§ TASK ITEM:
In the material below, find the line containing "f 30 27 137" and the line containing "f 156 206 207", then reproduce exactly both of them and every line between, and nothing else.

☆ ☆ ☆ ☆

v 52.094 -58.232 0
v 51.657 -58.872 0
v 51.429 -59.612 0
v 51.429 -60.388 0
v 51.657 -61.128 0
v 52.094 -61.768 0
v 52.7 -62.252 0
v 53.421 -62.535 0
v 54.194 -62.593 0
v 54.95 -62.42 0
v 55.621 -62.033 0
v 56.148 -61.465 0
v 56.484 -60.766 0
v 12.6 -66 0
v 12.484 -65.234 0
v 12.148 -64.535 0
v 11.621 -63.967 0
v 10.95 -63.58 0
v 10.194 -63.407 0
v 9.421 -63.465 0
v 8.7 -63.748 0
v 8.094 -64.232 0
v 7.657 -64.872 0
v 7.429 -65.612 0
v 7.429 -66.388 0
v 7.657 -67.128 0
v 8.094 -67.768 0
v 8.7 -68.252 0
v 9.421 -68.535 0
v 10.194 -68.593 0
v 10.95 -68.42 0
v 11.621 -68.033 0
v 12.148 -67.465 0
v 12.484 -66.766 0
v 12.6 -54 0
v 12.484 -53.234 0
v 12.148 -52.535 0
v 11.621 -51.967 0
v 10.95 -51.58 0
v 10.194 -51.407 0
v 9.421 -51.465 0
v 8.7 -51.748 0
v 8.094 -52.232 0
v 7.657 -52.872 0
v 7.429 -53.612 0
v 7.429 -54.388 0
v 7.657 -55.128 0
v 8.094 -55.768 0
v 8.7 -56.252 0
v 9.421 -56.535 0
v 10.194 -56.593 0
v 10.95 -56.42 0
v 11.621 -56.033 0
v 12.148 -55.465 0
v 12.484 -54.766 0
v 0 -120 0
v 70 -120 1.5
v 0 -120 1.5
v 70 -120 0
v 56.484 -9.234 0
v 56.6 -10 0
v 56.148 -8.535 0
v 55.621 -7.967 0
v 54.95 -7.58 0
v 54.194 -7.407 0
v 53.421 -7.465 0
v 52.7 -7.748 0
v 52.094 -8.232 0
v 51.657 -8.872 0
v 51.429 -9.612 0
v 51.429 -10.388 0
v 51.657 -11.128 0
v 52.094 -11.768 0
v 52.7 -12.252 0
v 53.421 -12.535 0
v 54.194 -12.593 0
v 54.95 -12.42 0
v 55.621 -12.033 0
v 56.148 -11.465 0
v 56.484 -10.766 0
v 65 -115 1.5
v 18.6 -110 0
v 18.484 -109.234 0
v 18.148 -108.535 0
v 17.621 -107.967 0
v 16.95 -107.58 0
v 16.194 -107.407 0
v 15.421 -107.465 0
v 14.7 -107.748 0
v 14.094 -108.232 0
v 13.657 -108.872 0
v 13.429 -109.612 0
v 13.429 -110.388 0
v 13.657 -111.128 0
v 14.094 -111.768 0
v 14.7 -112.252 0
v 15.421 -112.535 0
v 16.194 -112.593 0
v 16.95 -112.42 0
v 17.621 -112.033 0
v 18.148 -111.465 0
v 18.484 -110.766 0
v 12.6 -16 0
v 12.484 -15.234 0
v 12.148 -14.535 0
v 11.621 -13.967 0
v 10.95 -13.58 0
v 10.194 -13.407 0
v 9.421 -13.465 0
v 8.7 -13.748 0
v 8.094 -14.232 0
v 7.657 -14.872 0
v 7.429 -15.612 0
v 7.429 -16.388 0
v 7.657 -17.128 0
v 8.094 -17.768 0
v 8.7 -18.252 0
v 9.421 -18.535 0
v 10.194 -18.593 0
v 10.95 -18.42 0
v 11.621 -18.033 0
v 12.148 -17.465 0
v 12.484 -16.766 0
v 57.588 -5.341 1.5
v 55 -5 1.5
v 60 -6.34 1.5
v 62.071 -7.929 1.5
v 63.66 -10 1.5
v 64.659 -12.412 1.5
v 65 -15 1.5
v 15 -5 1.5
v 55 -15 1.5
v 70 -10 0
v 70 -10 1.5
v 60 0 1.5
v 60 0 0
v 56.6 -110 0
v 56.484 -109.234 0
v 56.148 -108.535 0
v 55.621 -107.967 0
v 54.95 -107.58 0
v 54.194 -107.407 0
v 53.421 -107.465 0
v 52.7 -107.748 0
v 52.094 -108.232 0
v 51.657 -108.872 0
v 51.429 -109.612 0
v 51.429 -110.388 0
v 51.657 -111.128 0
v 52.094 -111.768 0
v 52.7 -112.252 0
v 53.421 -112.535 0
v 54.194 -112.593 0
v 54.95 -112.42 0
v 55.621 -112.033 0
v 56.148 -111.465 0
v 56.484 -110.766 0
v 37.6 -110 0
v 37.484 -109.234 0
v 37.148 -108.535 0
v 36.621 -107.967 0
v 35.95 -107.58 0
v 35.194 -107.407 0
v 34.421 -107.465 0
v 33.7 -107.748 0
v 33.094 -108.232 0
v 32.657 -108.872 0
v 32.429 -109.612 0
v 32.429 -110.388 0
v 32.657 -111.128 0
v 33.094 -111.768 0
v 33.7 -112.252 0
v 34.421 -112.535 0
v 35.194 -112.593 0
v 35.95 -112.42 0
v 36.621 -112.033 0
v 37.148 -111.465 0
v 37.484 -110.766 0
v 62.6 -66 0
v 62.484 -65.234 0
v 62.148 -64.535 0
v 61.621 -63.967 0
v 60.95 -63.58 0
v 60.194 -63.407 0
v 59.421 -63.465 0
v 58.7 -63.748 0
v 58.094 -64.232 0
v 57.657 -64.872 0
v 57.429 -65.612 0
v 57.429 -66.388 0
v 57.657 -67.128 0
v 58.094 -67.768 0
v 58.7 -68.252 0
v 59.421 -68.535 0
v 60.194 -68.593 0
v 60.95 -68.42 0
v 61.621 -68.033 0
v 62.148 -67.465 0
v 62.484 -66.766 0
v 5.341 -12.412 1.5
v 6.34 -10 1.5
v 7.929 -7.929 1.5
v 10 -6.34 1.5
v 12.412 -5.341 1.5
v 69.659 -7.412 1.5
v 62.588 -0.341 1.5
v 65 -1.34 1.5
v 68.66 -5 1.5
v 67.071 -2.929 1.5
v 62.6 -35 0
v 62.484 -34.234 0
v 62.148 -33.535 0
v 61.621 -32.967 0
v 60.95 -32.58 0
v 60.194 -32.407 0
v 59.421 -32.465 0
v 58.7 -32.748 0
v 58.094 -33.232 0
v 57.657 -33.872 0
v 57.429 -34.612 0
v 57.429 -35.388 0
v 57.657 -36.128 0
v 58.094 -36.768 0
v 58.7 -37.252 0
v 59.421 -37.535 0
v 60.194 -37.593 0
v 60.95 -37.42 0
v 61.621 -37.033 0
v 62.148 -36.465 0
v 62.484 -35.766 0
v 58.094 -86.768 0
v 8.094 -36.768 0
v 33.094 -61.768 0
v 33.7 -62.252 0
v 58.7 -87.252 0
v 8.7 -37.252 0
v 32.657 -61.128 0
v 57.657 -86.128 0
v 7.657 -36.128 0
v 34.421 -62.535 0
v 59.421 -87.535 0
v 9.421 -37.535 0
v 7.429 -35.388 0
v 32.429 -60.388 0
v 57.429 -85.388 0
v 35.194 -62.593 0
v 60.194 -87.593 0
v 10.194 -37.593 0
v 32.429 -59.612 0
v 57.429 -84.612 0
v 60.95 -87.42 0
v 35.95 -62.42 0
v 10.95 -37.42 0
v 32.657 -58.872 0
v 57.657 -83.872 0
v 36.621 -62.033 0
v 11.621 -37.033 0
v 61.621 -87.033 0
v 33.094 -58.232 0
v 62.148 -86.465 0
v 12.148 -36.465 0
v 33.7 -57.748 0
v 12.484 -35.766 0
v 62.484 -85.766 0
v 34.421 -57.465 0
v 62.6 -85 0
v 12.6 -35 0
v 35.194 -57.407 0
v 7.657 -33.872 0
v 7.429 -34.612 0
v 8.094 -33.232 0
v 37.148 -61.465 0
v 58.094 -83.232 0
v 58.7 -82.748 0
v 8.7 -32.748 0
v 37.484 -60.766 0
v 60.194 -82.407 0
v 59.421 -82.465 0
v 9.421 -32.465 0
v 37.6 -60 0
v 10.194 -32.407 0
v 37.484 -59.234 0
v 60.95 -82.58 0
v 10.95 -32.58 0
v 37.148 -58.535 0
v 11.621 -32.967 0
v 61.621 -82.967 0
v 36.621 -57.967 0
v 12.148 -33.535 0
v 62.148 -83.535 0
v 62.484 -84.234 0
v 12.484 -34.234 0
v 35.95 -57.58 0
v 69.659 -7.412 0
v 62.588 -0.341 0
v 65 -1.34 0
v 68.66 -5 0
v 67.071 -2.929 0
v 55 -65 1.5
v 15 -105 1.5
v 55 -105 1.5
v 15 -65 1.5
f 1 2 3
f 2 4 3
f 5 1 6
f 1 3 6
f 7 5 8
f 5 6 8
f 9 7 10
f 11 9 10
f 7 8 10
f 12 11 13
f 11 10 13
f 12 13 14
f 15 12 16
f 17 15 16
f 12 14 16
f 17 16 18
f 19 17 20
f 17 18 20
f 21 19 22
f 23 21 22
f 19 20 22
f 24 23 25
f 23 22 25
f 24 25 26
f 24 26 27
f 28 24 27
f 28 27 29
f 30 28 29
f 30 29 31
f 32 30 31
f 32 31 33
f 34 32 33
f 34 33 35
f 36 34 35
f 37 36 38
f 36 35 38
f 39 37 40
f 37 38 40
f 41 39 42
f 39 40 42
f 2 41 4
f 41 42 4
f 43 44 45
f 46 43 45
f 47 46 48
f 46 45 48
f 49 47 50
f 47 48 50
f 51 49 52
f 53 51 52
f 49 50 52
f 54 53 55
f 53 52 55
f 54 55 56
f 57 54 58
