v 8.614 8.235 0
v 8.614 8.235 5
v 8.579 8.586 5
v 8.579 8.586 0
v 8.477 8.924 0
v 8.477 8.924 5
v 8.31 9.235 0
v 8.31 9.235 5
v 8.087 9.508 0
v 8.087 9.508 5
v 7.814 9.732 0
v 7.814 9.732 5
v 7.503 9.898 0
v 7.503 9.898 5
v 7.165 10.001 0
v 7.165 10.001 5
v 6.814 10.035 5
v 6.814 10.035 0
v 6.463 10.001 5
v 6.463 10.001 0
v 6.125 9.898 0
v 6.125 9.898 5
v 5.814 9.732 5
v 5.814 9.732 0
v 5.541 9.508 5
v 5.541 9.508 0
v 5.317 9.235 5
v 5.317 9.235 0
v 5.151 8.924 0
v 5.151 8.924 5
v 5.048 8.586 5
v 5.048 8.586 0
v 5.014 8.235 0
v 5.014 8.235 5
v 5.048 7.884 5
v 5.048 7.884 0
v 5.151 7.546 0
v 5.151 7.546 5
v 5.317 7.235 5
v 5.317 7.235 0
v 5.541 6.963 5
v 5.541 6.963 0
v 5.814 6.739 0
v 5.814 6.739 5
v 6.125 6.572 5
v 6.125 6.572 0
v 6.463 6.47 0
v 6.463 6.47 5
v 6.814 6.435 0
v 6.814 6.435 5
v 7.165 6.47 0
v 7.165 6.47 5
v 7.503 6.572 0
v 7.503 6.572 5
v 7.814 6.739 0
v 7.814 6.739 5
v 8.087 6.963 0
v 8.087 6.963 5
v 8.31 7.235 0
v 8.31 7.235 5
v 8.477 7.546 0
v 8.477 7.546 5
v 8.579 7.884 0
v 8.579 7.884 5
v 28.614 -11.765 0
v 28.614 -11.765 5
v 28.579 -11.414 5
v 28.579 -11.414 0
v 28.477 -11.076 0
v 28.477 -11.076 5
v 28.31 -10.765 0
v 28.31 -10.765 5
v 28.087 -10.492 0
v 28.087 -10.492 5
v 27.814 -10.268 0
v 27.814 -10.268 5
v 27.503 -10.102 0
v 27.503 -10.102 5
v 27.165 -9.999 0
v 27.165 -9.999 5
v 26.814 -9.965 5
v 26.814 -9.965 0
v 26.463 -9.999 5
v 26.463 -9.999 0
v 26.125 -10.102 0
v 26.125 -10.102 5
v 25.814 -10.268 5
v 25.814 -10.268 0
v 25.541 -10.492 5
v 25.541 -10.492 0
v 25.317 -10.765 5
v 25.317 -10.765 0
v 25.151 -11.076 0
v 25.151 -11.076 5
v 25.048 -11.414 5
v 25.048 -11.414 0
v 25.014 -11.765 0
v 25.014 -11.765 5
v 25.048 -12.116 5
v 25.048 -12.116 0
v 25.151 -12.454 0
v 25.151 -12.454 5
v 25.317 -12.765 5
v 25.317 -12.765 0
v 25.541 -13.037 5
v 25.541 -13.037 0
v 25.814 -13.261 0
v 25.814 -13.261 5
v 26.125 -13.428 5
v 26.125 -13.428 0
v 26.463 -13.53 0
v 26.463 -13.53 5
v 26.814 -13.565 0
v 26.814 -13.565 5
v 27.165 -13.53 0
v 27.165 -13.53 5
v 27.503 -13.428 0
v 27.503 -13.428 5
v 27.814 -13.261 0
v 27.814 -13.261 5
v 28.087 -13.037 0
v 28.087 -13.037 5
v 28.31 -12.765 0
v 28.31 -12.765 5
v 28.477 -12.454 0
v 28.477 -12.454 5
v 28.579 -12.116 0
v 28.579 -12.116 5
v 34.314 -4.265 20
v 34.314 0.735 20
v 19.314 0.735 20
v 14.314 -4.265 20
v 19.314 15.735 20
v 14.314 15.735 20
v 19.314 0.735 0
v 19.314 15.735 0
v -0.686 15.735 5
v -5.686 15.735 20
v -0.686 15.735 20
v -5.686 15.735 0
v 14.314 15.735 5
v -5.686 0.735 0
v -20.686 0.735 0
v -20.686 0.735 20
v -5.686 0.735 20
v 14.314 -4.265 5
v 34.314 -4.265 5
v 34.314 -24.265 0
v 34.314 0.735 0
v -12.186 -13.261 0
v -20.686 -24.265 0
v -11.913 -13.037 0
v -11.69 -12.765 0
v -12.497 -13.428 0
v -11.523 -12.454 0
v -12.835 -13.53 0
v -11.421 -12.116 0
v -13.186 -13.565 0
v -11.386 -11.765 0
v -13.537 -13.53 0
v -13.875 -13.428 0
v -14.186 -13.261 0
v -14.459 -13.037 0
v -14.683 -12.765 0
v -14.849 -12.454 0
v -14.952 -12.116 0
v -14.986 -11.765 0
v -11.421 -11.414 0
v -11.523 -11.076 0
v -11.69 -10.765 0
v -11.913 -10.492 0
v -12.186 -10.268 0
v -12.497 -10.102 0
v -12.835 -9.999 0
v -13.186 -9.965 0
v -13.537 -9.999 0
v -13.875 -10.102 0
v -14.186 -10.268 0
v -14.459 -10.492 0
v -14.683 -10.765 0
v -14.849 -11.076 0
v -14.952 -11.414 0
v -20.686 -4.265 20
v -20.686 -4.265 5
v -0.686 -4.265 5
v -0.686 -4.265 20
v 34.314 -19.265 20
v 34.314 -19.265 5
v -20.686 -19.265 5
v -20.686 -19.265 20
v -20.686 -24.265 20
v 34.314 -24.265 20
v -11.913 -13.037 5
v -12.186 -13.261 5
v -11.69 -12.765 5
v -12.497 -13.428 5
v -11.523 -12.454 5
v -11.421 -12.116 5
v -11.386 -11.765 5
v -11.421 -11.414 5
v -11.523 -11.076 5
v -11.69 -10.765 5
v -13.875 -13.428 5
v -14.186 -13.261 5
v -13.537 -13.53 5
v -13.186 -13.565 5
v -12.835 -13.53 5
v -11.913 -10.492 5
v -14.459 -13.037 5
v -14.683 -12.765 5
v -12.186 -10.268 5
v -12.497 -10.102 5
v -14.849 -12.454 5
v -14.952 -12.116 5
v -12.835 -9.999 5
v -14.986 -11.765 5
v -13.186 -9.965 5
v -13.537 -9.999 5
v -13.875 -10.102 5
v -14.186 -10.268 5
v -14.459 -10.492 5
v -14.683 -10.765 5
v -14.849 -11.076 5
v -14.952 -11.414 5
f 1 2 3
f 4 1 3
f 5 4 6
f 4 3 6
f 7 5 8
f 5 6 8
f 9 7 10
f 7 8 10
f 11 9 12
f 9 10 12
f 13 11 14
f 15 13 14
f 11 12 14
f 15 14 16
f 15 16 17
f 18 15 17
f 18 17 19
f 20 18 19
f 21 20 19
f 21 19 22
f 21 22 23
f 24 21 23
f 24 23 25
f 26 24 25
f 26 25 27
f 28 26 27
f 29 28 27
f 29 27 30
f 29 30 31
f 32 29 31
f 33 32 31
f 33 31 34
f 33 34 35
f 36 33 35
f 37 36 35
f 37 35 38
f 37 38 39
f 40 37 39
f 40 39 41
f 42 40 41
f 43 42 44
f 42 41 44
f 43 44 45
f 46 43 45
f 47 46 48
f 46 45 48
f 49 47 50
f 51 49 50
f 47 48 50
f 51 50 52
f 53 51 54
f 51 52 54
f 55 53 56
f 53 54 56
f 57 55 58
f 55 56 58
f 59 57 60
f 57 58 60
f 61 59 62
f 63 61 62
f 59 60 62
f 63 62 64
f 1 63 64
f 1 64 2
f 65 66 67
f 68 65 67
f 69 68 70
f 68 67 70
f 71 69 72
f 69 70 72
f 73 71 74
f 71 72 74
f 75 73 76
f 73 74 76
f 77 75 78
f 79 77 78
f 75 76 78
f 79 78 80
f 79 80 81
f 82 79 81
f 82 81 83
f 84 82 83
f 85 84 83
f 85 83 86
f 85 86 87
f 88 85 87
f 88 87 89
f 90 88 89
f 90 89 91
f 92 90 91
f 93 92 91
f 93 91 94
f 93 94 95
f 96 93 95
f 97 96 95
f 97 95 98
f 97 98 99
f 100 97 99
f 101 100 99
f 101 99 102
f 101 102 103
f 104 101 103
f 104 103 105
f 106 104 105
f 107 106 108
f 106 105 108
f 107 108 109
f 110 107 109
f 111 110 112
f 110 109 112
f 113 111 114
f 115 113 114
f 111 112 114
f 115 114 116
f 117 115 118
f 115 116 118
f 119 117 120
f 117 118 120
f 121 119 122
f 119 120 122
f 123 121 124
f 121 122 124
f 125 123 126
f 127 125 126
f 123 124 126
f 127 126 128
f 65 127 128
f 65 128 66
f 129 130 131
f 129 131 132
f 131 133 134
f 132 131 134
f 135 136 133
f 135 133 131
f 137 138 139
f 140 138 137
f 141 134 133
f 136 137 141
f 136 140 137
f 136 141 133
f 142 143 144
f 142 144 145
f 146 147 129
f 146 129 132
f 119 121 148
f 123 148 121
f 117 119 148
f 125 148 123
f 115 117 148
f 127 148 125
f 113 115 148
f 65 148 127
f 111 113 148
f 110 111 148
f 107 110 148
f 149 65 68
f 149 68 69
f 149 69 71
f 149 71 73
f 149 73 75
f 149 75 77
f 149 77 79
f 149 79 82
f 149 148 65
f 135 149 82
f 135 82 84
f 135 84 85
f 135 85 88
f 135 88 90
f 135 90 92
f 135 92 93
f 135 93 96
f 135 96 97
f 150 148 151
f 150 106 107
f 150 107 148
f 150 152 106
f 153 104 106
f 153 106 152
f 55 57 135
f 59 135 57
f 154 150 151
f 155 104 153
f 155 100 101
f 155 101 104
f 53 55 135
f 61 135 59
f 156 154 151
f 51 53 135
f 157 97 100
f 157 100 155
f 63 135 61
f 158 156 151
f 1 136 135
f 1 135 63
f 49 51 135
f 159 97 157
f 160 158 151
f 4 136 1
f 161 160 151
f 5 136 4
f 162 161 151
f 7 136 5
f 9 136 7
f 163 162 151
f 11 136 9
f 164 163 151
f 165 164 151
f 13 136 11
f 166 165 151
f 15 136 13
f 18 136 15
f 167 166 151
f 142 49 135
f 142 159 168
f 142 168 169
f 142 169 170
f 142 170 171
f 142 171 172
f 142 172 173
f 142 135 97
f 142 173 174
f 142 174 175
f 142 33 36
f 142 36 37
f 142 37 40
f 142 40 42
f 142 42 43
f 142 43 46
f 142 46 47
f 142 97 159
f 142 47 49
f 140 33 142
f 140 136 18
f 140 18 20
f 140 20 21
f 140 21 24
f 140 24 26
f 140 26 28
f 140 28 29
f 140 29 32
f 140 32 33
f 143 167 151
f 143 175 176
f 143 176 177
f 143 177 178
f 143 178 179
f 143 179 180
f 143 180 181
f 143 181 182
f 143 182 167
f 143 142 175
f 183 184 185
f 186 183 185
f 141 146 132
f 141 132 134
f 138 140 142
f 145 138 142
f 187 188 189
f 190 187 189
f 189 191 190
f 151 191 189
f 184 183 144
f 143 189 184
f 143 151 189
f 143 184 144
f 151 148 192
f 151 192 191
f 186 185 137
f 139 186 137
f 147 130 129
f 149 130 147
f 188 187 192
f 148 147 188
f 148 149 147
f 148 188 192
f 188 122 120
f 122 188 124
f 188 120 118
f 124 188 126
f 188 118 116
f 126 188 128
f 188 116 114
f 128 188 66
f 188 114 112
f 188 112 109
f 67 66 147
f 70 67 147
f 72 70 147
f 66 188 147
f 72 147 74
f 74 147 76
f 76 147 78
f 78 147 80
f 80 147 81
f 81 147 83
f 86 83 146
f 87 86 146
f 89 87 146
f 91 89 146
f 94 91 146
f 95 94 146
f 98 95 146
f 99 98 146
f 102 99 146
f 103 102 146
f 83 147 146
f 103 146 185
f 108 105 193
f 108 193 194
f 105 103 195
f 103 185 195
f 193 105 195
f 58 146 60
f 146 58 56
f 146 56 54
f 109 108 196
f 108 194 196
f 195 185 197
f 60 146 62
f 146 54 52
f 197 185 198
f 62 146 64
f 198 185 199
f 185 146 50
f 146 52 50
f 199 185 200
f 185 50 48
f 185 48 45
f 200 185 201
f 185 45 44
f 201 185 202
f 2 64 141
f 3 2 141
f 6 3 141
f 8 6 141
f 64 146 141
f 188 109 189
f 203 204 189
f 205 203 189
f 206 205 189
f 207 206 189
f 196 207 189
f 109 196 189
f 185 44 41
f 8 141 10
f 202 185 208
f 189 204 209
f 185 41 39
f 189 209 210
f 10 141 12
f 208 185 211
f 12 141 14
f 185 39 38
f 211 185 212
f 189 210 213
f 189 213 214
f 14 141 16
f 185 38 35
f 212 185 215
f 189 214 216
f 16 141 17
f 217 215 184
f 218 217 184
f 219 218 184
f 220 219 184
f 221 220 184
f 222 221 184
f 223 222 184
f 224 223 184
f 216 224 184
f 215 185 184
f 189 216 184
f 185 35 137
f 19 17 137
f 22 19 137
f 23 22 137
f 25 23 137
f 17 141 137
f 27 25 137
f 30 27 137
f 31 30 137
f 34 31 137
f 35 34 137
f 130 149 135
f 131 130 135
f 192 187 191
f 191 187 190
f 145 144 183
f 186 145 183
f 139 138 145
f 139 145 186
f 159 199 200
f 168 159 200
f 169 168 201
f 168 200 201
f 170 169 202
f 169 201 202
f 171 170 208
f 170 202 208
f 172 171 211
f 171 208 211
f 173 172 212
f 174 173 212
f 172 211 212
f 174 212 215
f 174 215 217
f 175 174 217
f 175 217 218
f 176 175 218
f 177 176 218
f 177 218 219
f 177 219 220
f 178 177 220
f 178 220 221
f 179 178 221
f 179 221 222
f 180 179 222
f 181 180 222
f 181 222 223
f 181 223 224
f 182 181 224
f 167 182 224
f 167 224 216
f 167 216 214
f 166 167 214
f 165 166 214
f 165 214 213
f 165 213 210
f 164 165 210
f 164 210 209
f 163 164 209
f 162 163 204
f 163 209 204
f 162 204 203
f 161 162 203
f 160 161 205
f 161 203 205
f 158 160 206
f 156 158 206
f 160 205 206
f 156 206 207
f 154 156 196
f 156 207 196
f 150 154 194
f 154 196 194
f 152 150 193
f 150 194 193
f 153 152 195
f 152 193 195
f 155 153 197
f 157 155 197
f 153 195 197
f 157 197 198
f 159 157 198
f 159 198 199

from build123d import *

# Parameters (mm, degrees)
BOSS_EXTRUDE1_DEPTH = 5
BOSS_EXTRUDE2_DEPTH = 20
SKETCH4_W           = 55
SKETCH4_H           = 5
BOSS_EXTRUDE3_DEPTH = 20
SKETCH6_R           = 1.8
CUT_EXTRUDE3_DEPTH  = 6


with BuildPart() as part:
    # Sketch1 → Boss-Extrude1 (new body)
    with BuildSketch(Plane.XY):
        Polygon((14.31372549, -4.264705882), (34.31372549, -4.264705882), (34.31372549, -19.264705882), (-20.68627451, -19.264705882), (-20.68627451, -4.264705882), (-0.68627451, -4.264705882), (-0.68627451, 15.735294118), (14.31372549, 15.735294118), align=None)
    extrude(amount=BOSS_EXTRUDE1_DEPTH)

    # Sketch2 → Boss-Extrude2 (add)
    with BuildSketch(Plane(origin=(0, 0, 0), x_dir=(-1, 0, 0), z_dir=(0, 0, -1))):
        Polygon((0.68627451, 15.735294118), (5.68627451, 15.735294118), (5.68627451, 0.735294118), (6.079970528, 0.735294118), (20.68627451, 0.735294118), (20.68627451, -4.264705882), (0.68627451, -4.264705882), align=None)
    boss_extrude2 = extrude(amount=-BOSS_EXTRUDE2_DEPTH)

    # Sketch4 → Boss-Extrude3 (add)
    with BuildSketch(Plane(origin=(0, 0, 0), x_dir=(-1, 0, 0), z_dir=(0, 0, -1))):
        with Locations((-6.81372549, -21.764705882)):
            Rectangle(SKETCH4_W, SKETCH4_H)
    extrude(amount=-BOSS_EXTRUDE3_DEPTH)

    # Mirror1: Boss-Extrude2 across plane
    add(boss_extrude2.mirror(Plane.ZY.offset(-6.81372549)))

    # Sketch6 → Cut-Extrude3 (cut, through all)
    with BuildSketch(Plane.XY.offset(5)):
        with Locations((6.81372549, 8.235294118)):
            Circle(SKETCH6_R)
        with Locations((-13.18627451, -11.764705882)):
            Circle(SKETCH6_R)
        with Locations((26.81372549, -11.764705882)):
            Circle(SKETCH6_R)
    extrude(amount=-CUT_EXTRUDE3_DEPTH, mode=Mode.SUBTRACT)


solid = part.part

☆ ☆ ☆ ☆

§ THE ANSWER:
f 30 27 137
f 31 30 137
f 34 31 137
f 35 34 137
f 130 149 135
f 131 130 135
f 192 187 191
f 191 187 190
f 145 144 183
f 186 145 183
f 139 138 145
f 139 145 186
f 159 199 200
f 168 159 200
f 169 168 201
f 168 200 201
f 170 169 202
f 169 201 202
f 171 170 208
f 170 202 208
f 172 171 211
f 171 208 211
f 173 172 212
f 174 173 212
f 172 211 212
f 174 212 215
f 174 215 217
f 175 174 217
f 175 217 218
f 176 175 218
f 177 176 218
f 177 218 219
f 177 219 220
f 178 177 220
f 178 220 221
f 179 178 221
f 179 221 222
f 180 179 222
f 181 180 222
f 181 222 223
f 181 223 224
f 182 181 224
f 167 182 224
f 167 224 216
f 167 216 214
f 166 167 214
f 165 166 214
f 165 214 213
f 165 213 210
f 164 165 210
f 164 210 209
f 163 164 209
f 162 163 204
f 163 209 204
f 162 204 203
f 161 162 203
f 160 161 205
f 161 203 205
f 158 160 206
f 156 158 206
f 160 205 206
f 156 206 207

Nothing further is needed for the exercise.